The findings of this study provide important insights into the current state of digital economy development at both the national and sub-national levels in Russia and Europe. The results reveal significant disparities in the development of the digital economy within Russia, with certain regions falling behind others. Additionally, the study highlights that countries achieving high rankings in digital economy development are those that have made substantial investments in digital infrastructure and embraced progressive and innovative approaches to technology and digitalization.

The development of the Digital Economy Index in this study offers several advantages that deserve emphasis. Firstly, the methodology enables a detailed analysis by capturing sub-national variations in the digital economy. This allows for a comprehensive assessment of digital economy development at the regional level, shedding light on the specific strengths and weaknesses of different areas within a country. Such granular analysis facilitates targeted policy interventions that can address the unique needs and challenges of each region.

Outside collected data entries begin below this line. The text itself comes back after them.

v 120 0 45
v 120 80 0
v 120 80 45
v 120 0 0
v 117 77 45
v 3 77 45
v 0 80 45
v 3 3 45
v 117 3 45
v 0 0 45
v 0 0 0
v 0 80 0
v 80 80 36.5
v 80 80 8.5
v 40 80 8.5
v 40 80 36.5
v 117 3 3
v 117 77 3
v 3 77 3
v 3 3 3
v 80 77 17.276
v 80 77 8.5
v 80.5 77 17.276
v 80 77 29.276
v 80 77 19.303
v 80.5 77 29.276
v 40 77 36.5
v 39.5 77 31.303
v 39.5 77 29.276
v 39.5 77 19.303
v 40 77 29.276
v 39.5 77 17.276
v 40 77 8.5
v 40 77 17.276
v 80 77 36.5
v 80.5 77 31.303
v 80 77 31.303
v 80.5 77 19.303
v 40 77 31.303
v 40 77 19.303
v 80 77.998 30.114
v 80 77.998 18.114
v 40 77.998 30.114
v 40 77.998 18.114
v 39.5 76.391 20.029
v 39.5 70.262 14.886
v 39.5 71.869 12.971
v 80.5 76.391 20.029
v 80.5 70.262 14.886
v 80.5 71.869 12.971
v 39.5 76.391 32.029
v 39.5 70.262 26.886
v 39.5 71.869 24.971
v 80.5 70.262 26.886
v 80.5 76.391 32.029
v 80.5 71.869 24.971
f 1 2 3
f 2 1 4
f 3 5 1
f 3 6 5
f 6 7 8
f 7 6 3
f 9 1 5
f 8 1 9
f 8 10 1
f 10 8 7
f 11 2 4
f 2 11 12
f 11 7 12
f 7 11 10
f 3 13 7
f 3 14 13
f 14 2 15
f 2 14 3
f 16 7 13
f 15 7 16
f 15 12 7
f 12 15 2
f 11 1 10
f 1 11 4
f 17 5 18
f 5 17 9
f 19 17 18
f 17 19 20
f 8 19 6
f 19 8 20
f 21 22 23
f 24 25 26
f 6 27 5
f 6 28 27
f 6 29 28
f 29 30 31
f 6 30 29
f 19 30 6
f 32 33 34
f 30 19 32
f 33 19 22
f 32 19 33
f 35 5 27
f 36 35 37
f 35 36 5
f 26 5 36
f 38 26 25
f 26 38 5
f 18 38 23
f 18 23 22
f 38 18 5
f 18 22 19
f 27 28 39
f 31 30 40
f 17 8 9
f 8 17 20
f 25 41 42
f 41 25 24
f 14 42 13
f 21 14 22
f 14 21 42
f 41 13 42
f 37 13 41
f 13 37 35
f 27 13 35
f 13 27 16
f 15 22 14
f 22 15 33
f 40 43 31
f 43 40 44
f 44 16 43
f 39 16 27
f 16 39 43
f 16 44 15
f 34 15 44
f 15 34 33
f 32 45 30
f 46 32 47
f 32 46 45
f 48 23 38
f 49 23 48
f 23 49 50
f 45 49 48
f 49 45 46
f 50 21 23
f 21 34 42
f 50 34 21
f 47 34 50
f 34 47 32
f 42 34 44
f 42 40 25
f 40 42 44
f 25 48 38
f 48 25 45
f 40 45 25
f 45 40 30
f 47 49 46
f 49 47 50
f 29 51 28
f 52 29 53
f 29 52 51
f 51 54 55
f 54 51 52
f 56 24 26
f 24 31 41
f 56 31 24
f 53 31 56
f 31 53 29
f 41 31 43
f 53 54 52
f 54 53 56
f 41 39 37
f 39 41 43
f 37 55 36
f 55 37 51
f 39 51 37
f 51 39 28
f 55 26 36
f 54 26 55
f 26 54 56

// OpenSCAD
$fn = 32;

// ----------------------------------------------------------------------
// Vent box: louvers enclosure
// ----------------------------------------------------------------------

// --- parameters (mm) ---
box_l = 120;              // box length, X
box_w = 80;               // box width, Y
box_h = 45;               // box height, Z
wall_t = 3;               // shell wall thickness
win_l = 40;               // vent window width, X
win_h = 28;               // vent window height, Z
slat_t = 2.5;             // louver slat thickness
slat_d = 8;               // louver slat depth
slat_a = 40;              // louver slat angle, degrees
slat_pitch = 12;          // louver pitch
slat_yc = 74.13;          // slat centreline Y

win_z0 = (box_h - win_h) / 2;  // window lower edge Z
n_slats = 2;  // louver count
slat_z0 = win_z0 + (win_h - (n_slats - 1) * slat_pitch) / 2;

difference() {
  union() {
    difference() {
      cube([box_l, box_w, box_h]);
  translate([wall_t, wall_t, wall_t])
    cube([box_l - 2 * wall_t, box_w - 2 * wall_t, box_h]);
  translate([(box_l - win_l) / 2, box_w - wall_t - 1, win_z0])
    cube([win_l, wall_t + 2, win_h]);
    }
    for (i = [0 : n_slats - 1])
      translate([box_l / 2, slat_yc, slat_z0 + i * slat_pitch])
        rotate([slat_a, 0, 0])
          cube([win_l + 1, slat_d, slat_t], center = true);
  }
}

Second, the indexes enable comparisons of the digital economy’s development between regions within a country and even across different countries. This comparative perspective allows policymakers and researchers to identify regional disparities and benchmark performance against international counterparts. It provides valuable insights for policy-making as well as opportunities for knowledge sharing and best practices exchange between regions and countries.

Third, the indexes are directly relevant to policy-making and investment decisions. They provide policymakers with evidence-based insights into the state of the digital economy, highlighting areas for improvement and potential opportunities for intervention. By utilizing these indexes, policymakers can make informed decisions and design targeted strategies to foster digitalization, address digital inequalities, and promote economic growth.

The main limitations of this methodology can be identified. One of the primary limitations is the availability of data. There is often a deficit of regional data on digitalization and the digital economy and a low level of adaptation of international approaches to the existing information system. This can significantly affect the quality of all existing regional assessment methods. Moreover, there are differences in the collection of statistical data at the regional and country levels, which can make it difficult to compare regions across countries.

Second, there are limitations to indicators. Some important indicators for evaluating the digital economy’s development are not available at the regional level in some countries. For example, the indicator “Share of electronic document flow between state authorities” is not collected in EU countries, and there are no reasonably comparable analogues. Additionally, some indicators are not directly comparable due to differences in methodology.

Digital Economy Index scores can vary significantly due to different ways of normalizing, weighting, and aggregating the individual indicators (Ekel et al. 2022; Greco et al. 2019). These variations bring uncertainties about the results and impact the ability of the index to capture the construct of the multidimensional phenomenon (Dialga and Giang 2017; Bernardes et al. 2022).

The method may not capture all relevant aspects of the digital economy’s development. For example, the method focuses on spatial indicators and may not capture other important aspects such as the impact of digitalization on productivity, innovation, and economic growth.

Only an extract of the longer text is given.